How I’ve faced the challenges of moving away from my home country

Moving out of your parents’ house is tough as it is, but moving away from your home country makes things even harder. I didn’t really know what homesickness was until I moved to Canada from Prague, Czech Republic. I knew rationally what the definition meant, but never experienced it to the extent I have since moving out and away for the first time.

I decided to move to Edmonton for university and it has been tougher than anticipated. Being a Canadian, but essentially an international student, I have encountered several cultural differences, as well as a whole lot of homesickness. But in my time here I have been able to figure out, at least a little, how to cope. So here a few tips that have worked for me on dealing with the challenges of moving away from home.

1. Get involved with a community

This seems like an obvious tip, one you might see in an article about travel and studying abroad, but it’s been crucially important for me. As an international student, you will probably be meeting other international students and chances are you will make friends there. As for me, I’ve been lucky enough to live with family and family friends — the downside though was that I had to go out of my way to find people to meet. So I started swing dancing and joined a few campus clubs. Whether you’re an athlete, dancer, writer, or animal saver, find a community in the city and join it. Similar interests can lead to friendships.

2. Be prepared for questions. A lot of them.

“Where are you from?” “How do you like it here?” “Do you miss home?” “Is it very different?” All these are questions I have heard over and over, and it can get tiring. Being from Prague, I have encountered a lot of “OMG! I love Prague! It’s beautiful! Why did you move here?!” or “I would love to live in Europe!!! Have you been to Paris? How many languages do you speak?” First of all, I know Prague is beautiful, I grew up there. I moved here, because I wanted to. And I only speak two languages. The grass always seems to be greener on the other side; I have met people who were envious of me living in Prague, and I have friends who would love to go to Canada. It can be difficult to avoid questions about home, and if you try to avoid them, you might end up feeling more homesick and isolated. What I have found is, if you do not feel like talking about home, don’t. There’s plenty of other topics to talk about and fixating on longing for home doesn’t help.

3. Check out cultural events around town

I personally love music and art, and I still haven’t seen a lot Edmonton has to offer, so if you have any suggestions, throw them my way. Nothing makes you feel more homesick than looking at old photos from home and crying on Skype. Trust me, I’ve been there. Ask some new friends you’ve made about events happening in town, go check out a concert, a play or a festival, go see a hockey game, or eat poutine.

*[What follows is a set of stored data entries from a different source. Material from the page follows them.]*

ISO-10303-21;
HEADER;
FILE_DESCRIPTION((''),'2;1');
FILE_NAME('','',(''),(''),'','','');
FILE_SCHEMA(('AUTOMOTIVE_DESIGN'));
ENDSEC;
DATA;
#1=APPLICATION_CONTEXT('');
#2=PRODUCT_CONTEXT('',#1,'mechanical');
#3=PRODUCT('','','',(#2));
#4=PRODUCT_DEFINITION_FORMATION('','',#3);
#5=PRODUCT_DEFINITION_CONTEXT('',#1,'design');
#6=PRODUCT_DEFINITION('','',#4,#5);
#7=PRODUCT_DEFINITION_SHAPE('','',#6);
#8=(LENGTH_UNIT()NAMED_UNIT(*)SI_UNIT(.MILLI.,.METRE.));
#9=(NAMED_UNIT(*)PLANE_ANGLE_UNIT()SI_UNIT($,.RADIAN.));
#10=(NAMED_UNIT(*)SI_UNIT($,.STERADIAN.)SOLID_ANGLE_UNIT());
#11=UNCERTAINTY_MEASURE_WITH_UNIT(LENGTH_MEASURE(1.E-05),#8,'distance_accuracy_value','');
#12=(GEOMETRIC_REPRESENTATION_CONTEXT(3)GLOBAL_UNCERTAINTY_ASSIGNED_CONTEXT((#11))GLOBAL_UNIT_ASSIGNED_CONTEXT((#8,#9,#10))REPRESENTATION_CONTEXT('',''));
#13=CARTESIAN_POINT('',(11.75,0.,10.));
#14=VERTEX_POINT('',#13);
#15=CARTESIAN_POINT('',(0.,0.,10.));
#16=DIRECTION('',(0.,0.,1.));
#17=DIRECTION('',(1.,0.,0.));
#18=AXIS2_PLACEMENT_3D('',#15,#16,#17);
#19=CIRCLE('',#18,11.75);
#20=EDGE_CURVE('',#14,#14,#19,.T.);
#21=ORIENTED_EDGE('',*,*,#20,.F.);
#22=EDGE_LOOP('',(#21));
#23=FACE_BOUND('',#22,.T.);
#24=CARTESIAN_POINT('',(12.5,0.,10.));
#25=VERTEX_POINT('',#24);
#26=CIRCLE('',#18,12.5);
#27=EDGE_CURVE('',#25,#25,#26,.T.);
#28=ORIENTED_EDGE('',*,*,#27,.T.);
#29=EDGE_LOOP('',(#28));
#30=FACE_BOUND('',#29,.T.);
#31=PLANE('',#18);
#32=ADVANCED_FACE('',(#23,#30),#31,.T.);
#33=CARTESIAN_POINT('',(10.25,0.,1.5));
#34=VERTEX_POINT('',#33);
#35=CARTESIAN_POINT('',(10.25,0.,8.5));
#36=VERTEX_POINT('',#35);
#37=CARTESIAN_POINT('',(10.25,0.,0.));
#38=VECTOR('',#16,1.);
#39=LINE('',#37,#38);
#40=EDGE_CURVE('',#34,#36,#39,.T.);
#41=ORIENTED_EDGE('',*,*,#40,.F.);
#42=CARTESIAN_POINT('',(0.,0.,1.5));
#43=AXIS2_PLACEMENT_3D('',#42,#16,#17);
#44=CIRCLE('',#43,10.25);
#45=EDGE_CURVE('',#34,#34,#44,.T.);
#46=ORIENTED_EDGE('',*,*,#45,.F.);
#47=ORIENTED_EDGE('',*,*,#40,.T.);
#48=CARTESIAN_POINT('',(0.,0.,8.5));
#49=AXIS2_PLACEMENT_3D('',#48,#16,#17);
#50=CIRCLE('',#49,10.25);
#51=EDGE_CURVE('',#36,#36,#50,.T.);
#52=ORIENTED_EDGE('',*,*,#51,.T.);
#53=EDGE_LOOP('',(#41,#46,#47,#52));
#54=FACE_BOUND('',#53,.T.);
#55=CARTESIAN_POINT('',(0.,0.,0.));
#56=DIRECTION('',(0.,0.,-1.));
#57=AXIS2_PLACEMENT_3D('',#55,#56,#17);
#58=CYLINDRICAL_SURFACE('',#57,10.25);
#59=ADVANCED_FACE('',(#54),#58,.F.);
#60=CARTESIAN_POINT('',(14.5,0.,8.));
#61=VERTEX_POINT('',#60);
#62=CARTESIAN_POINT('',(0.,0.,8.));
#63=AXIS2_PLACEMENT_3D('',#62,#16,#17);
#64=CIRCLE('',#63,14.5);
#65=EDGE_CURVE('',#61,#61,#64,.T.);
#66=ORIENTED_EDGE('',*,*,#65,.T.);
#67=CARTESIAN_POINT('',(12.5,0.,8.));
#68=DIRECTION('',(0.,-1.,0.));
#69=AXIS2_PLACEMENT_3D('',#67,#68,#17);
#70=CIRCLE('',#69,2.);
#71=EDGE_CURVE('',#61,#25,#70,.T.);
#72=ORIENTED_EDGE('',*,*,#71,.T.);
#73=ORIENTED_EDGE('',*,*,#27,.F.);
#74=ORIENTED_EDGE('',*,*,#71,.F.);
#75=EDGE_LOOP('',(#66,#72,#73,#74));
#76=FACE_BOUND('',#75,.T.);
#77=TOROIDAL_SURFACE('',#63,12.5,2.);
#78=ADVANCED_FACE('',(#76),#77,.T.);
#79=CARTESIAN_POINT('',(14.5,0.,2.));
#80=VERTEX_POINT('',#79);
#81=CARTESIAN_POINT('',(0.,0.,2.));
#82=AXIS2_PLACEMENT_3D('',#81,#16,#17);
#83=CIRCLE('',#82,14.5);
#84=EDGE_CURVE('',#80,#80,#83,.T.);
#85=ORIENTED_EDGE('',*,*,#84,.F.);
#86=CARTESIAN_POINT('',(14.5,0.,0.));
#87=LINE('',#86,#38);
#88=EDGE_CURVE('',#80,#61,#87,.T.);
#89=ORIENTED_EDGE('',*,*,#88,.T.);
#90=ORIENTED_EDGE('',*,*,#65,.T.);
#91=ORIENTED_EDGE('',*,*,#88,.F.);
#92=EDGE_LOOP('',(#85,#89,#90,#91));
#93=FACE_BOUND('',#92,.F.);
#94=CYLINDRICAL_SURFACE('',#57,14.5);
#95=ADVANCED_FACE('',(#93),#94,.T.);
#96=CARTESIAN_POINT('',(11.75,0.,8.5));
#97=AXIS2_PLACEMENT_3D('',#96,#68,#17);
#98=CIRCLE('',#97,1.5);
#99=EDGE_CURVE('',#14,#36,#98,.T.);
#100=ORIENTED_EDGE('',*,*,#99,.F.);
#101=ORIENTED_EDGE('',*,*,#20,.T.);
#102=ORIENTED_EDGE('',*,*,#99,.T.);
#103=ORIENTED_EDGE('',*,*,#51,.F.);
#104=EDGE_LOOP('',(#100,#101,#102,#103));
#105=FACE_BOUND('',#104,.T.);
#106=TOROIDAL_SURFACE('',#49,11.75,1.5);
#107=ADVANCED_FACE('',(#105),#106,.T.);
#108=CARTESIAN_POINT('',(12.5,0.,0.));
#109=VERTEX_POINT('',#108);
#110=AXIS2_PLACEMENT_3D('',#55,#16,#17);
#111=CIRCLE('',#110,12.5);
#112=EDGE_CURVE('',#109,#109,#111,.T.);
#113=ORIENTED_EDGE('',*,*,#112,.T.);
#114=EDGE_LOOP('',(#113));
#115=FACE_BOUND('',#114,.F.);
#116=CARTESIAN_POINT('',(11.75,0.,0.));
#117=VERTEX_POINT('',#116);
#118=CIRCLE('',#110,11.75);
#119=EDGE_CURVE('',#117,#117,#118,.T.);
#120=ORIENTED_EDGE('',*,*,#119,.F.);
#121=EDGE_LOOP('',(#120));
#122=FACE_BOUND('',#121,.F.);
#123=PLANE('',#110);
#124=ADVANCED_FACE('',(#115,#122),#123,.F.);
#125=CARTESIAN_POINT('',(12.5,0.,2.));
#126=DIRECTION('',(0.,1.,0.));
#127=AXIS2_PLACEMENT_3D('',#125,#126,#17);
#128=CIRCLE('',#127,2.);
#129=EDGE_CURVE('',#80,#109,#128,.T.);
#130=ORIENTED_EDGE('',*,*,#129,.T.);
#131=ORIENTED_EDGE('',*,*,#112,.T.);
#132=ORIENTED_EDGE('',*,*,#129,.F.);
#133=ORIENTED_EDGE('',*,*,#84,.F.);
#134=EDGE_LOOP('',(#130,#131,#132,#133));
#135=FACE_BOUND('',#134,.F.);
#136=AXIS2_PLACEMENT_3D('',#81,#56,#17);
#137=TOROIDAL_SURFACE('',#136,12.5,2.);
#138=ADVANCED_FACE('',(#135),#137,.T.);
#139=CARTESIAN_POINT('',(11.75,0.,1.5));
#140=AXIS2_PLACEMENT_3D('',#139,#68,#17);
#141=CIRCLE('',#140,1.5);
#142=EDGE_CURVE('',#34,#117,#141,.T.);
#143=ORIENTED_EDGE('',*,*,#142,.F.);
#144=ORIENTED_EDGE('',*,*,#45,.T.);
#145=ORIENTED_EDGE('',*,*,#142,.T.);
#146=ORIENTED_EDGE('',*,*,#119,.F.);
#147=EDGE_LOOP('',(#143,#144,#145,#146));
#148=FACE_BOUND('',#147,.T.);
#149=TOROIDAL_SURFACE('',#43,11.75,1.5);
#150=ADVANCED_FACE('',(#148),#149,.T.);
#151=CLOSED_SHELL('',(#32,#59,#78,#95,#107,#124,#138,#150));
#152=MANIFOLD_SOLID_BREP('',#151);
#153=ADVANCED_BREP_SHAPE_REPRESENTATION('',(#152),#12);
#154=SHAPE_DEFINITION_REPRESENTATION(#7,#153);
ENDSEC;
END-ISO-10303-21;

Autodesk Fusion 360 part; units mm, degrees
sketch "Esboço1" plane through (0, 0, 0) normal (0, 0, 1) x (1, 0, 0)
  circle A0 centre (0, 0) radius 10.25
  circle A1 centre (0, 0) radius 14.5
  dimension "d1" = 20.5
  dimension "d2" = 4.25
extrude "Extrusão1" add sketch "Esboço1" along normal blind 10
fillet "Arredondamento1" radius 2 1 edges at (-13.5187, -5.2434, 10)
fillet "Arredondamento2" radius 2 1 edges at (-13.5187, -5.2434, 0)
fillet "Arredondamento3" radius 1.5 1 edges at (-9.5564, 3.7066, 10)
fillet "Arredondamento4" radius 1.5 1 edges at (-9.5564, 3.7066, 0)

Chances are you might like it. If you don’t, you can call your friends at home and tell them about it.

4. Accept your feelings and acknowledge the differences

Adjusting to the environment, culture, and mindset of a new country takes time. If you are homesick, talk to your friends at home, talk to your family. It might make you miss them, but in the end, it helps. If you’re very homesick I recommend listening to Home by Michael Buble or watching the movie Brooklyn. Pro tip: buy some tissues (you will need them).

I personally grew up in a country full of — stereotypically speaking — smoking, beer drinking, cynical, and slightly pessimistic Czechs. Small talk between servers and customers in Canada is a norm, whereas in Prague people often look puzzled and possibly grumpy. Constantly hearing “Hi! How are you?!” from grocery store clerks and baristas made me feel confused for some time. I end up replying with “Good!! How are you?!” even if I feel homesick and sad to a point where I want to say “Hi, no, I am not fine. Why are you asking me? Are we friends?” It’s a cultural difference I still haven’t figured out.

Whether you are an international student at the U of A or planning to move away, be prepared for a challenge. In all honesty though, every experience abroad is different and I highly encourage everyone who has the desire to move away to do so. It has its cons, but it definitely is enriching and eye opening. The important thing is to stay open minded and don’t forget your wanderlust. Whether you decide to stay where you are, move back home, or move somewhere else, trust your instincts and be true to yourself.